▸ Stored data entries:
^^^^
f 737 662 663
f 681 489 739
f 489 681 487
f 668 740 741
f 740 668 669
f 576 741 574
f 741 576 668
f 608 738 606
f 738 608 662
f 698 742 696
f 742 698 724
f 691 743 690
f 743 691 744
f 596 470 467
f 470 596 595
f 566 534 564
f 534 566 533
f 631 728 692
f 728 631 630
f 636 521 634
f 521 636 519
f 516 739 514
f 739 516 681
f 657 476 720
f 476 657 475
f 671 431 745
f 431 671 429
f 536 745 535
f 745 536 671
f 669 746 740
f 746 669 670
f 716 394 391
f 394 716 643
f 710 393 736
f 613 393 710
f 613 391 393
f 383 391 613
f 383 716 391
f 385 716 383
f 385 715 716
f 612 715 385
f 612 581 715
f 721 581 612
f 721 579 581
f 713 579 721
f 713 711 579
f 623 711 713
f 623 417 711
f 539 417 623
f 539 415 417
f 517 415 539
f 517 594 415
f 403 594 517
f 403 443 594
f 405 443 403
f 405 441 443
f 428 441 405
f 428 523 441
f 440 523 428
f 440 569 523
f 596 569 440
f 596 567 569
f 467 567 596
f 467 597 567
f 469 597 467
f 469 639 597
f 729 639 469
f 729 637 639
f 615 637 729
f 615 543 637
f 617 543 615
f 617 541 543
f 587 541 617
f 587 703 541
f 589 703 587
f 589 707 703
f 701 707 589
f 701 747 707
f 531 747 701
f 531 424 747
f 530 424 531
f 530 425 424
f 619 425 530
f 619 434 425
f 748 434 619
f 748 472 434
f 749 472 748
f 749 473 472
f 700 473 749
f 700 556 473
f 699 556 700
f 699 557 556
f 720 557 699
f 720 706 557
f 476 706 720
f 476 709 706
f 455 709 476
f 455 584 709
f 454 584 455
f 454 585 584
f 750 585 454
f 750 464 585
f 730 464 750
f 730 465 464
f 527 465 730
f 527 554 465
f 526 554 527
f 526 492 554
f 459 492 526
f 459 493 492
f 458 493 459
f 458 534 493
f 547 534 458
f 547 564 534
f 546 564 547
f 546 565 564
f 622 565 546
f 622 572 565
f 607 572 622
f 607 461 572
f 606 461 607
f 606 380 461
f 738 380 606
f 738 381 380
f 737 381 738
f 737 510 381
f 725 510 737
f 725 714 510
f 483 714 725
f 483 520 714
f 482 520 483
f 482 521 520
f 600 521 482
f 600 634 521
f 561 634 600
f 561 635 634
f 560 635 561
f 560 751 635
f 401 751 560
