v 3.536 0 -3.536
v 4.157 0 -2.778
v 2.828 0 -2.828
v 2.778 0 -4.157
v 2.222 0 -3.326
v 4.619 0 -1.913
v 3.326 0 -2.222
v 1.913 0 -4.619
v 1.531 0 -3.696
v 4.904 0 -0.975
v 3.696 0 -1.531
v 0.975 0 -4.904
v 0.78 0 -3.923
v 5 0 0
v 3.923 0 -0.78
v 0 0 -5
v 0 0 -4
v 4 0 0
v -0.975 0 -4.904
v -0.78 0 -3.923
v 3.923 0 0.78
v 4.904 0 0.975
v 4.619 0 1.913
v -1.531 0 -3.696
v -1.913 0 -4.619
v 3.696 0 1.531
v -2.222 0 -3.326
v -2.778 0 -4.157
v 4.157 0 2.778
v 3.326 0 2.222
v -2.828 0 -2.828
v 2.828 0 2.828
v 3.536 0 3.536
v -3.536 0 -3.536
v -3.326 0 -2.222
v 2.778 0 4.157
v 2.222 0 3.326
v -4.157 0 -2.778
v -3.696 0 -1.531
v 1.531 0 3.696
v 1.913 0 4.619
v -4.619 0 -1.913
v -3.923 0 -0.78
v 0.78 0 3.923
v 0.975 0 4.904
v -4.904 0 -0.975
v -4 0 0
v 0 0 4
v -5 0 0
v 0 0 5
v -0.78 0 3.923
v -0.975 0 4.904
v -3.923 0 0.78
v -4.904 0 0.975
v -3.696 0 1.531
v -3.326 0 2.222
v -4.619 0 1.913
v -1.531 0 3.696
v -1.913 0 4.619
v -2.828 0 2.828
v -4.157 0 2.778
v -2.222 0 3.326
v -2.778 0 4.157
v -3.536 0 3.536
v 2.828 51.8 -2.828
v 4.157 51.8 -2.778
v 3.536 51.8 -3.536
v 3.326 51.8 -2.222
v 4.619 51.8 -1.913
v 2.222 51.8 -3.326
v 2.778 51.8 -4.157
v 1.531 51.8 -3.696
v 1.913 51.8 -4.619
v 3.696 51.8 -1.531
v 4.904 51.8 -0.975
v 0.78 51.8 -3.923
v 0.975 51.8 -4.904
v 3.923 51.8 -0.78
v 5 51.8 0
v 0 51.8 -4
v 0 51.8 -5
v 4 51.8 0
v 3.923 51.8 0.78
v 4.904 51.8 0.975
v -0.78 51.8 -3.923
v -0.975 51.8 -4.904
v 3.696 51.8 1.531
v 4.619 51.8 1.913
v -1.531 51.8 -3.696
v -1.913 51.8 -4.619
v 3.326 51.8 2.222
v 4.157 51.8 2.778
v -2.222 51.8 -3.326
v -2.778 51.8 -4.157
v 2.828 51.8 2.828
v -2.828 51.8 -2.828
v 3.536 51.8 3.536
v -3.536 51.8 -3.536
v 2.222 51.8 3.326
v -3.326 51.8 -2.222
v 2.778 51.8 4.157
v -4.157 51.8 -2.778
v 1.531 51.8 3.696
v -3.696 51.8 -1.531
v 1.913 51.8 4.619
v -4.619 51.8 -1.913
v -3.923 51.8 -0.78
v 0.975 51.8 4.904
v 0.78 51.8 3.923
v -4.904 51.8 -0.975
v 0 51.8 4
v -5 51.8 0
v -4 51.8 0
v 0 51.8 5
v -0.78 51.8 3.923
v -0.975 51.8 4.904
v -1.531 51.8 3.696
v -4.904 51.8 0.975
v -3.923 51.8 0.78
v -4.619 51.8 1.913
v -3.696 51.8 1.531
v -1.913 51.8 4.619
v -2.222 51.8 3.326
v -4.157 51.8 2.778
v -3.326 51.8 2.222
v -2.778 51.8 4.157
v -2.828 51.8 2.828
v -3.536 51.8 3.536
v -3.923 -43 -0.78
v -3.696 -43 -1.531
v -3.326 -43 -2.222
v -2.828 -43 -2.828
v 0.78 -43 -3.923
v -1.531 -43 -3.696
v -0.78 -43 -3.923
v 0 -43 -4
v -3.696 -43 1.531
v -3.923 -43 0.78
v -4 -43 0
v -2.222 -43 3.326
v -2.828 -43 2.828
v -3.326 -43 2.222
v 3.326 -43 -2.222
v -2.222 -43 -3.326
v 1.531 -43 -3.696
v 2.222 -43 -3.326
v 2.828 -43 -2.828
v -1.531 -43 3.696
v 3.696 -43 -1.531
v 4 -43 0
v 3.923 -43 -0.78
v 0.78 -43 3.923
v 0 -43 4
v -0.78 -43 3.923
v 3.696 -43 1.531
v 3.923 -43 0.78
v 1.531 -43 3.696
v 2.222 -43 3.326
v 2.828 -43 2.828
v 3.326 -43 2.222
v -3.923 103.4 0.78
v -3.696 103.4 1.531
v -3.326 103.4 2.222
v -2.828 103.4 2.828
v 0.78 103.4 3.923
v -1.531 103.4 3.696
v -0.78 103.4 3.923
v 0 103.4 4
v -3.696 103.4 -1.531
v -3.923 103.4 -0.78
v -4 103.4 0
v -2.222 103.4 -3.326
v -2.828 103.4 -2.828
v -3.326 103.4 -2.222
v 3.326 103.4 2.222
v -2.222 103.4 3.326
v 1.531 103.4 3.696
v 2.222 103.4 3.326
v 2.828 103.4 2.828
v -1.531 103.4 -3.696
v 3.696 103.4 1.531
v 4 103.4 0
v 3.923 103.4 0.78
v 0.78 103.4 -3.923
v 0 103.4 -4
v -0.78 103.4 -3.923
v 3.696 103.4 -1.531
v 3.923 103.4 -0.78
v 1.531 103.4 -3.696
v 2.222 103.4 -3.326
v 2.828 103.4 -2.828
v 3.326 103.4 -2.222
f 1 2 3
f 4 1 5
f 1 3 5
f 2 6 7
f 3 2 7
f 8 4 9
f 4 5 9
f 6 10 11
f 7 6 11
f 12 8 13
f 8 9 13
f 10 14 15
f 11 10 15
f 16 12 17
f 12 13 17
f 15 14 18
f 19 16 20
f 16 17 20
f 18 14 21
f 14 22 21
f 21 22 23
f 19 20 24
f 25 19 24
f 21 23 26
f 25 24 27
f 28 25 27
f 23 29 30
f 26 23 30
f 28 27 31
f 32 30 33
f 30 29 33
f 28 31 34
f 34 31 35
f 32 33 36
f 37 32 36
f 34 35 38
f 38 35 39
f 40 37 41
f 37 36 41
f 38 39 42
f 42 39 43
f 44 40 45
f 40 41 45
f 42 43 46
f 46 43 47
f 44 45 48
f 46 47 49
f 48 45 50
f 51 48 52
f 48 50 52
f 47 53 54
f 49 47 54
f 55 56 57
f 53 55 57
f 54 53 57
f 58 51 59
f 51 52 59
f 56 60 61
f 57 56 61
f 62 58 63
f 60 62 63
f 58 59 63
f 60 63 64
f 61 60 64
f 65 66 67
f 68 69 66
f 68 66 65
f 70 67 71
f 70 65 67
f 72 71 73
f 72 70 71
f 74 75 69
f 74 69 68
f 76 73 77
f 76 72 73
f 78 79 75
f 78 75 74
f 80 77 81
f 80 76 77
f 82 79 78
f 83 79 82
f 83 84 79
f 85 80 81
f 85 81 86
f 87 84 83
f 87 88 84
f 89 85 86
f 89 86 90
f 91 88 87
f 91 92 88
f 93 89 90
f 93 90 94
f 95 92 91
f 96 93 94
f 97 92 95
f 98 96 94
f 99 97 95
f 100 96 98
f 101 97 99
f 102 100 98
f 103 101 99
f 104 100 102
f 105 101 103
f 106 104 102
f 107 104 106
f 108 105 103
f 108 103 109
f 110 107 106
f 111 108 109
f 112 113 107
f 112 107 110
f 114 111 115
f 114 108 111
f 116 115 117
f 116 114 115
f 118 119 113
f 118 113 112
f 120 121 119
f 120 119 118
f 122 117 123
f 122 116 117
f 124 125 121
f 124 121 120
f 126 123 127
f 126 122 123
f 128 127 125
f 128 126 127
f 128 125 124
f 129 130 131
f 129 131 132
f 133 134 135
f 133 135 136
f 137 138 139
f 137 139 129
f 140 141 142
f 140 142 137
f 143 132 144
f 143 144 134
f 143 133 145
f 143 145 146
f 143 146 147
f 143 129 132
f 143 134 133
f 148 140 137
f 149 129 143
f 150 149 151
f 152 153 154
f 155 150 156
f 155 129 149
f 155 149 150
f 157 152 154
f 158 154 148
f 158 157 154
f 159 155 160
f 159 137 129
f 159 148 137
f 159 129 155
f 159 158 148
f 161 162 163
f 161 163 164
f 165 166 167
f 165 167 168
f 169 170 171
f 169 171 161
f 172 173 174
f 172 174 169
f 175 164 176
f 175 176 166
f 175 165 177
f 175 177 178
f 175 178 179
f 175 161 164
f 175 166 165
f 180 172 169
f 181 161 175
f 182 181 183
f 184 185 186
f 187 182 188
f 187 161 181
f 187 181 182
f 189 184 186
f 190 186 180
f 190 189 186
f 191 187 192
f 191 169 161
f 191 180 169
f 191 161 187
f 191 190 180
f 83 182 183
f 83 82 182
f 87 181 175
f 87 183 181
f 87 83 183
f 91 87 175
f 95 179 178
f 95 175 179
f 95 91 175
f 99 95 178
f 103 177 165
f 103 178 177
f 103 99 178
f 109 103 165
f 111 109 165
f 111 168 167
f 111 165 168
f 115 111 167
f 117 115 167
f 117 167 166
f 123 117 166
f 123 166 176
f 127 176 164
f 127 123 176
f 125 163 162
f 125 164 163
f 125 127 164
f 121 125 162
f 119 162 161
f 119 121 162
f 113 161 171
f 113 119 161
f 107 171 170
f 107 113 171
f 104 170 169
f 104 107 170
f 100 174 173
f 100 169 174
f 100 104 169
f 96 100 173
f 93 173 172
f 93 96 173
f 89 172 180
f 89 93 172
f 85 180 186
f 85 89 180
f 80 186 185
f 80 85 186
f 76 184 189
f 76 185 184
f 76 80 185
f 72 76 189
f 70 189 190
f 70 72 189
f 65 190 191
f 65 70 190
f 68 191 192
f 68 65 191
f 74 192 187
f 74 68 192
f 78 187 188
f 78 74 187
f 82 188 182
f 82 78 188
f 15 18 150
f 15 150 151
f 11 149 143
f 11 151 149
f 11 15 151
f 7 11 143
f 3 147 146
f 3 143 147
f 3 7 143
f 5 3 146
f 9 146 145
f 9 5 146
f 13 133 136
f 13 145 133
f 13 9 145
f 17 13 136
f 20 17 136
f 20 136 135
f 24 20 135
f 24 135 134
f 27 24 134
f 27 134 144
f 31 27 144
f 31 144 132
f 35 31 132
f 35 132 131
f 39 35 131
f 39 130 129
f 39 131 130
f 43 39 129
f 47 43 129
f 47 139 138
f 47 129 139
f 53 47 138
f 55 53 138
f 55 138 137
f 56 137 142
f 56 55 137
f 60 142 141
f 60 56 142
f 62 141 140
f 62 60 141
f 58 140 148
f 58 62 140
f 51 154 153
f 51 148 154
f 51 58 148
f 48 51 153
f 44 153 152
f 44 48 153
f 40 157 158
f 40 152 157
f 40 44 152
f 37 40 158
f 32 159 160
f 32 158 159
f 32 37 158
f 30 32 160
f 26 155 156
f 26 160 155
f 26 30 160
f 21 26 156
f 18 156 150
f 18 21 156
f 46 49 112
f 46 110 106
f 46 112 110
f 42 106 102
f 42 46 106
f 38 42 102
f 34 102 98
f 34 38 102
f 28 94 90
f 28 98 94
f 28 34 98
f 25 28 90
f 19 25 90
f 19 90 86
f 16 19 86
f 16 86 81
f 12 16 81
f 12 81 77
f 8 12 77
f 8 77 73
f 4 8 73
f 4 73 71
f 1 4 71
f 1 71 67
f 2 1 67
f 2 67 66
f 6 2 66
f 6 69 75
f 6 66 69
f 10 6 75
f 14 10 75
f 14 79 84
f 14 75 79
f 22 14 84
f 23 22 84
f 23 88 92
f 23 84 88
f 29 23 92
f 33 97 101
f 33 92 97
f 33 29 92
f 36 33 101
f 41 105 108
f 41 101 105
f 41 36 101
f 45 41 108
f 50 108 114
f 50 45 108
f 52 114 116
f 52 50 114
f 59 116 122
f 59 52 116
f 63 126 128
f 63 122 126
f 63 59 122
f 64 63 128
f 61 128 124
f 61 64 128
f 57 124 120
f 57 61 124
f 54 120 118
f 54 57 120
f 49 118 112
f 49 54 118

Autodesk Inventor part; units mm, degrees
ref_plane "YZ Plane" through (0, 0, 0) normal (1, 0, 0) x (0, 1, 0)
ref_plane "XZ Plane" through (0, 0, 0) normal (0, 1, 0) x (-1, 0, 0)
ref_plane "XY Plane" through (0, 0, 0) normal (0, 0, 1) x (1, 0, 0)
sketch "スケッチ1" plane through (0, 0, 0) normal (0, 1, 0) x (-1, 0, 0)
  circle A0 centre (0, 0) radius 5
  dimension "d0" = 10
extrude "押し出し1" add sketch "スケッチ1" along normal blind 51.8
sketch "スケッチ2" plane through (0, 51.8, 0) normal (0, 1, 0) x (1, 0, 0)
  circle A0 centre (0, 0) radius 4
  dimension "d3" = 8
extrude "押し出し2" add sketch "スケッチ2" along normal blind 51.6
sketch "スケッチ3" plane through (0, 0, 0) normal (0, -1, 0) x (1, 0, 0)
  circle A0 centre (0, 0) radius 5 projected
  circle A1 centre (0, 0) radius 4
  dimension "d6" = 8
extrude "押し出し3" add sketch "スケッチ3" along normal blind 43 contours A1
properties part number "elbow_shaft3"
^^^^
▸ ACTION ITEM:
Using the data above, restate word for word the lines from its opening line through the line that contains "f 721 579 581", and no more.

▸ REPLY:
f 737 662 663
f 681 489 739
f 489 681 487
f 668 740 741
f 740 668 669
f 576 741 574
f 741 576 668
f 608 738 606
f 738 608 662
f 698 742 696
f 742 698 724
f 691 743 690
f 743 691 744
f 596 470 467
f 470 596 595
f 566 534 564
f 534 566 533
f 631 728 692
f 728 631 630
f 636 521 634
f 521 636 519
f 516 739 514
f 739 516 681
f 657 476 720
f 476 657 475
f 671 431 745
f 431 671 429
f 536 745 535
f 745 536 671
f 669 746 740
f 746 669 670
f 716 394 391
f 394 716 643
f 710 393 736
f 613 393 710
f 613 391 393
f 383 391 613
f 383 716 391
f 385 716 383
f 385 715 716
f 612 715 385
f 612 581 715
f 721 581 612
f 721 579 581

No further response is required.